TASK DIRECTIONS
Set down word for word the lines that begin the entries and run through the line containing "#167=DIRECTION('',(-0.832050294,-0.554700196,0.));". Give nothing further.

GIVEN ENTRIES
========
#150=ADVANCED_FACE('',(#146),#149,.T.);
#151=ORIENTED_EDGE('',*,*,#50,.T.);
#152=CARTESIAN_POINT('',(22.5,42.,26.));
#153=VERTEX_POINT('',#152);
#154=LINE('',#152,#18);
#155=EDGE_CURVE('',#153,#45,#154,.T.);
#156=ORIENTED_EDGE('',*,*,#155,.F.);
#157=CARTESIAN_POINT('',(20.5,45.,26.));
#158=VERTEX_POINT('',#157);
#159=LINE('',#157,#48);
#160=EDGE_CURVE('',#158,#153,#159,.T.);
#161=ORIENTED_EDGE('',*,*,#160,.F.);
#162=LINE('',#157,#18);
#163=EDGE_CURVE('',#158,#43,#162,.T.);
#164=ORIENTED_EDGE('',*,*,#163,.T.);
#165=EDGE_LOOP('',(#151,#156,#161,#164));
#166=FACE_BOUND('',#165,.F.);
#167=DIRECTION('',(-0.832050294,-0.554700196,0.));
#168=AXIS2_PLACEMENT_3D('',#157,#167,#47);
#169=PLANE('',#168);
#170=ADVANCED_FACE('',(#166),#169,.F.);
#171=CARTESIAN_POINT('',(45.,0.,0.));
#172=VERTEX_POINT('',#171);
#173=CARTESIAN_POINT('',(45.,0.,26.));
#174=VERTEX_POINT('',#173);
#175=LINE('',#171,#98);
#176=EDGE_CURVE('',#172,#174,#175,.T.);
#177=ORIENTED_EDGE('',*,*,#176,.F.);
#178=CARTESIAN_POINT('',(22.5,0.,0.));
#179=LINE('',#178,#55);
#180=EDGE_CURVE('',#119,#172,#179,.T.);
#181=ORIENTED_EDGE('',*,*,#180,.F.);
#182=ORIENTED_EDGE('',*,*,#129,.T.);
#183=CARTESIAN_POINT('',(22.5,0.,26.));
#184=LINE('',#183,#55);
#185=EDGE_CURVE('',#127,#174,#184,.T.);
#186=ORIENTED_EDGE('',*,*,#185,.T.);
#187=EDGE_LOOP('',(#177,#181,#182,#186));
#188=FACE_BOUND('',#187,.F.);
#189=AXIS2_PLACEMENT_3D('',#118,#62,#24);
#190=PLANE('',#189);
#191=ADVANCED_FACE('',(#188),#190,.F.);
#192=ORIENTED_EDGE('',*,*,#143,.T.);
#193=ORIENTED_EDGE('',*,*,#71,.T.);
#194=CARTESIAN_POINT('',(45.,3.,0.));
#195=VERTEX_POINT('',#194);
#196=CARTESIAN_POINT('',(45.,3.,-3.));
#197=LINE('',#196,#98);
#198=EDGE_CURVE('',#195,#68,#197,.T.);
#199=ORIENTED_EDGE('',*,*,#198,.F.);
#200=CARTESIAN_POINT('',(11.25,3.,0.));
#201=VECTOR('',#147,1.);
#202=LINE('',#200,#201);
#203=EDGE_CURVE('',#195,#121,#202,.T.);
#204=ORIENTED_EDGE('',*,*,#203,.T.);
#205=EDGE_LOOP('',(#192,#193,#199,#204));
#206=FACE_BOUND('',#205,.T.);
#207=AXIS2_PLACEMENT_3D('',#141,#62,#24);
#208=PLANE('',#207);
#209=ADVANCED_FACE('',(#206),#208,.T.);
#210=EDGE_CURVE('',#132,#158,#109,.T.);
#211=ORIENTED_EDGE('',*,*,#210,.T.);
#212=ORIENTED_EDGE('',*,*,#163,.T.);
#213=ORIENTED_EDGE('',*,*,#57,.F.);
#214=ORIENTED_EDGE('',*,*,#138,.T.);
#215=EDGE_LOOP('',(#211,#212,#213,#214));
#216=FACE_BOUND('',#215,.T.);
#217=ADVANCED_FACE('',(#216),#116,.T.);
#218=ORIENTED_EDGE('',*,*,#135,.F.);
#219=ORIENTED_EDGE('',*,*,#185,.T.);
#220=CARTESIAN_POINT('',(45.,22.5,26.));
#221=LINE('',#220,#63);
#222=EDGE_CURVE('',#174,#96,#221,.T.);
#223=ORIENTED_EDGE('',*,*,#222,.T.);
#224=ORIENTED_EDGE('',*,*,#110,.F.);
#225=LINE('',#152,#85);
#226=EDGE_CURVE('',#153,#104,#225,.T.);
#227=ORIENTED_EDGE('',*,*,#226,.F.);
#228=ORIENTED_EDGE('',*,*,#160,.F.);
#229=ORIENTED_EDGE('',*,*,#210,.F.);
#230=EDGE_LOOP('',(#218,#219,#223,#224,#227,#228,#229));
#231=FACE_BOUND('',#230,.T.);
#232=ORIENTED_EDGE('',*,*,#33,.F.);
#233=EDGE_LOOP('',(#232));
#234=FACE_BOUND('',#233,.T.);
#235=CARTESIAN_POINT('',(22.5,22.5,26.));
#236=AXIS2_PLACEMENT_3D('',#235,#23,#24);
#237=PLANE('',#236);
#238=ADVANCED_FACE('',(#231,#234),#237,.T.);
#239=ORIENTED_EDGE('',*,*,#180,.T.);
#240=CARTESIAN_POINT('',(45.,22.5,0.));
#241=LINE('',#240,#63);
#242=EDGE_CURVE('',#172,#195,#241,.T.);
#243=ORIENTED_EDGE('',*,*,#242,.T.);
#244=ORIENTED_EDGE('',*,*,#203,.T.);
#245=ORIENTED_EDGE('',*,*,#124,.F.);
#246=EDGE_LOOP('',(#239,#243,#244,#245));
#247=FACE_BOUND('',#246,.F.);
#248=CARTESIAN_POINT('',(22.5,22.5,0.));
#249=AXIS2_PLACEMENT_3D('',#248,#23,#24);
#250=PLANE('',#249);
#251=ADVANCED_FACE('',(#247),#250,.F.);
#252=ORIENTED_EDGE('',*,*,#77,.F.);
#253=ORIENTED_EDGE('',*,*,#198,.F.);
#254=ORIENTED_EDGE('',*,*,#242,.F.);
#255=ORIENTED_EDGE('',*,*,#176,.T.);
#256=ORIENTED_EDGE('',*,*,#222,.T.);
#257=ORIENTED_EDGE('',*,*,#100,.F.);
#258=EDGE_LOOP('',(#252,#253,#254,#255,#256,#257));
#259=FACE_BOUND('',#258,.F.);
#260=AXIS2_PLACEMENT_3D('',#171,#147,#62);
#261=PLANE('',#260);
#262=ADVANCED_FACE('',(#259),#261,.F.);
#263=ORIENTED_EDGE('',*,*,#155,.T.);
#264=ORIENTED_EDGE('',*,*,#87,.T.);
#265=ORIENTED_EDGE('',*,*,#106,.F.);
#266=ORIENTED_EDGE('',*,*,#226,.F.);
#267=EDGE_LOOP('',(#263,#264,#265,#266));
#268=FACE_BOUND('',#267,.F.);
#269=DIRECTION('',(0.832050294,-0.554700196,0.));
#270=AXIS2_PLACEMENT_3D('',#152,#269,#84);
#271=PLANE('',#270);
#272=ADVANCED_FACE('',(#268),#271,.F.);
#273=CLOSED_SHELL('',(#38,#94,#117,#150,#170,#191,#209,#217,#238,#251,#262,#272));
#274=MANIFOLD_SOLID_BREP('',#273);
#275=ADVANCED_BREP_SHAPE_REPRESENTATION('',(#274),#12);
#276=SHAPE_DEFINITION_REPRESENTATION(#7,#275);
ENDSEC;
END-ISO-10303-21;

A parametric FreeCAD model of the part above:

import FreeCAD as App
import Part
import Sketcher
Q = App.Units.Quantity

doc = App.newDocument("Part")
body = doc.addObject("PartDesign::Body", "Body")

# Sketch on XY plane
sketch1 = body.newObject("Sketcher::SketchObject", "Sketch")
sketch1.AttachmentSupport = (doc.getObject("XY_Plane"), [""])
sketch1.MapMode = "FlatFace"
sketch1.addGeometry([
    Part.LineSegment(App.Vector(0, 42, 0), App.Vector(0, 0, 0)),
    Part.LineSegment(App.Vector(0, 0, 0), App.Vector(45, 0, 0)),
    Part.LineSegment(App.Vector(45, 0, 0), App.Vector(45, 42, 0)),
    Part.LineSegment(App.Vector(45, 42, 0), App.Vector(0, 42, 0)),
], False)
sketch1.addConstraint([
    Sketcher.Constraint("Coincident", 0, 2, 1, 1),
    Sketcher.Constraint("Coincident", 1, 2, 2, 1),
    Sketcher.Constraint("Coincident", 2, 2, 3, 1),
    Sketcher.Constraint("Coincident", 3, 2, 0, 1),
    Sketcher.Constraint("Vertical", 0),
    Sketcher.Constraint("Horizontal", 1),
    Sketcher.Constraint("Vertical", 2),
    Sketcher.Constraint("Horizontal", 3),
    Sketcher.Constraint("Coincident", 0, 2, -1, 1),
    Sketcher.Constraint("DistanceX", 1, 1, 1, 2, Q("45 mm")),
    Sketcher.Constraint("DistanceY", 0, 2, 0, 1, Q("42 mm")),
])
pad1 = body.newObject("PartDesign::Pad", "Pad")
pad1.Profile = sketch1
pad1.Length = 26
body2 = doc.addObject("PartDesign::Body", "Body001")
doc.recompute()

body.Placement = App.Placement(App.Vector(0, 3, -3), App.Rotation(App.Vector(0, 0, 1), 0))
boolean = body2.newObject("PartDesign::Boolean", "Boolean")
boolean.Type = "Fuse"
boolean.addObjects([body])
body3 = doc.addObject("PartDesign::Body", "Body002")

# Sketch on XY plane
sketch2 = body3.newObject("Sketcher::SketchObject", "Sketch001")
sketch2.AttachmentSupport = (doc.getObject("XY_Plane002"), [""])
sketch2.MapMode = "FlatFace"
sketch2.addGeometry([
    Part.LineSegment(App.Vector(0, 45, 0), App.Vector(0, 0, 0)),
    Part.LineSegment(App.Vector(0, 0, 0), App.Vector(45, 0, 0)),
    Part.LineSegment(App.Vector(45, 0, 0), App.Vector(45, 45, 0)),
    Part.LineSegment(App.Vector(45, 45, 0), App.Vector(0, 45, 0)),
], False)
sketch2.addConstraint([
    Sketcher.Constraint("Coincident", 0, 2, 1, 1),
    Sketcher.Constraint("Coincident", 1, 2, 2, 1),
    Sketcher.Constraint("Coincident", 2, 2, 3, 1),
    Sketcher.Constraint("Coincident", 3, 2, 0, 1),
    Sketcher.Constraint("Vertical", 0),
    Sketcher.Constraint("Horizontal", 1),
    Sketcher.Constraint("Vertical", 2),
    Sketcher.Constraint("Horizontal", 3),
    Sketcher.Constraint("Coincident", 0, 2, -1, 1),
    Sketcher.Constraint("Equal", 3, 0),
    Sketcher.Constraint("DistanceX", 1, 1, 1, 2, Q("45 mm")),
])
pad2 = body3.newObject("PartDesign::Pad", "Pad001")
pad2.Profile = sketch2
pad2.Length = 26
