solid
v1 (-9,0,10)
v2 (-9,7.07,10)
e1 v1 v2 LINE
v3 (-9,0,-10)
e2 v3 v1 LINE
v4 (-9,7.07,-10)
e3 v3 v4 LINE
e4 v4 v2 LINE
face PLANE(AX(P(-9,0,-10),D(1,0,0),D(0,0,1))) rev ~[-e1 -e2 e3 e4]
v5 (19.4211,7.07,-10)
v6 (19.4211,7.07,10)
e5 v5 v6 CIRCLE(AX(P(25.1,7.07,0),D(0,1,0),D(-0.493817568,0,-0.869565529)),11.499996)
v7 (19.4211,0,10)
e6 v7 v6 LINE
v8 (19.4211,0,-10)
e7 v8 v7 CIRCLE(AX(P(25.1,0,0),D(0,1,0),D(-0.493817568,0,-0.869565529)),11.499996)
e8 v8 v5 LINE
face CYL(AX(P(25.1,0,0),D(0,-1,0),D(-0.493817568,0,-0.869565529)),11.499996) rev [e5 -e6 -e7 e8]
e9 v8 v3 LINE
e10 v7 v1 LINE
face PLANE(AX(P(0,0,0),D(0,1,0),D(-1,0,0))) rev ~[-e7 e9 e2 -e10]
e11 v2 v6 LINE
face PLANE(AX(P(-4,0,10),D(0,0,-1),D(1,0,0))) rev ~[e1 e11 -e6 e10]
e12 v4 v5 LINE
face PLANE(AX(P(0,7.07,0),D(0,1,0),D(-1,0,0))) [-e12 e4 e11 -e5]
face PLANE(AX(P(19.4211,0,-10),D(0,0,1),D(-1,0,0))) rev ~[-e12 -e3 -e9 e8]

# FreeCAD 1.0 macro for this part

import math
import FreeCAD as App
import Part
import Sketcher
Q = App.Units.Quantity

doc = App.newDocument("Part")
params = doc.addObject("Spreadsheet::Sheet", "Params")
for row, (alias, value) in enumerate([
    ("sketch1_radius", "11.5 mm"),
    ("sketch1_height", "20 mm"),
    ("pad1_length", "7.07 mm"),
], start=1):
    params.set(f"A{row}", alias)
    params.set(f"B{row}", "=" + value)
    params.setAlias(f"B{row}", alias)

body = doc.addObject("PartDesign::Body", "Body")

# Sketch on XZ plane
sketch1 = doc.addObject("Sketcher::SketchObject", "Sketch")
body.addObject(sketch1)
sketch1.AttachmentSupport = (doc.XZ_Plane, [""])
sketch1.MapMode = "FlatFace"
sketch1.addGeometry([
    Part.LineSegment(App.Vector(19, -10, 0), App.Vector(-9, -10, 0)),
    Part.LineSegment(App.Vector(-9, -10, 0), App.Vector(-9, 10, 0)),
    Part.LineSegment(App.Vector(-9, 10, 0), App.Vector(19, 10, 0)),
    Part.ArcOfCircle(Part.Circle(App.Vector(25, 0, 0), App.Vector(0, 0, 1), 11), math.radians(120), math.radians(240)),
], False)
sketch1.addConstraint([
    Sketcher.Constraint("Coincident", 0, 2, 1, 1),
    Sketcher.Constraint("Coincident", 1, 2, 2, 1),
    Sketcher.Constraint("Coincident", 2, 2, 3, 1),
    Sketcher.Constraint("Coincident", 3, 2, 0, 1),
    Sketcher.Constraint("Horizontal", 0),
    Sketcher.Constraint("Vertical", 1),
    Sketcher.Constraint("Horizontal", 2),
    Sketcher.Constraint("Symmetric", 2, 2, 3, 2, -1),
    Sketcher.Constraint("Radius", 3, Q("11.5 mm")),
    Sketcher.Constraint("DistanceY", 1, 1, 1, 2, Q("20 mm")),
    Sketcher.Constraint("DistanceX", 0, 2, -1, 1, Q("9 mm")),
    Sketcher.Constraint("DistanceX", -1, 1, 3, 3, Q("25.1 mm")),
])
sketch1.setExpression("Constraints[8]", "Params.sketch1_radius")
sketch1.setExpression("Constraints[9]", "Params.sketch1_height")
pad1 = doc.addObject("PartDesign::Pad", "Pad")
body.addObject(pad1)
pad1.Profile = sketch1
pad1.setExpression("Length", "Params.pad1_length")
pad1.Reversed = True

doc.recompute()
========
RESPONSE TO THIS EXERCISE
#150=ADVANCED_FACE('',(#146),#149,.T.);
#151=ORIENTED_EDGE('',*,*,#50,.T.);
#152=CARTESIAN_POINT('',(22.5,42.,26.));
#153=VERTEX_POINT('',#152);
#154=LINE('',#152,#18);
#155=EDGE_CURVE('',#153,#45,#154,.T.);
#156=ORIENTED_EDGE('',*,*,#155,.F.);
#157=CARTESIAN_POINT('',(20.5,45.,26.));
#158=VERTEX_POINT('',#157);
#159=LINE('',#157,#48);
#160=EDGE_CURVE('',#158,#153,#159,.T.);
#161=ORIENTED_EDGE('',*,*,#160,.F.);
#162=LINE('',#157,#18);
#163=EDGE_CURVE('',#158,#43,#162,.T.);
#164=ORIENTED_EDGE('',*,*,#163,.T.);
#165=EDGE_LOOP('',(#151,#156,#161,#164));
#166=FACE_BOUND('',#165,.F.);
#167=DIRECTION('',(-0.832050294,-0.554700196,0.));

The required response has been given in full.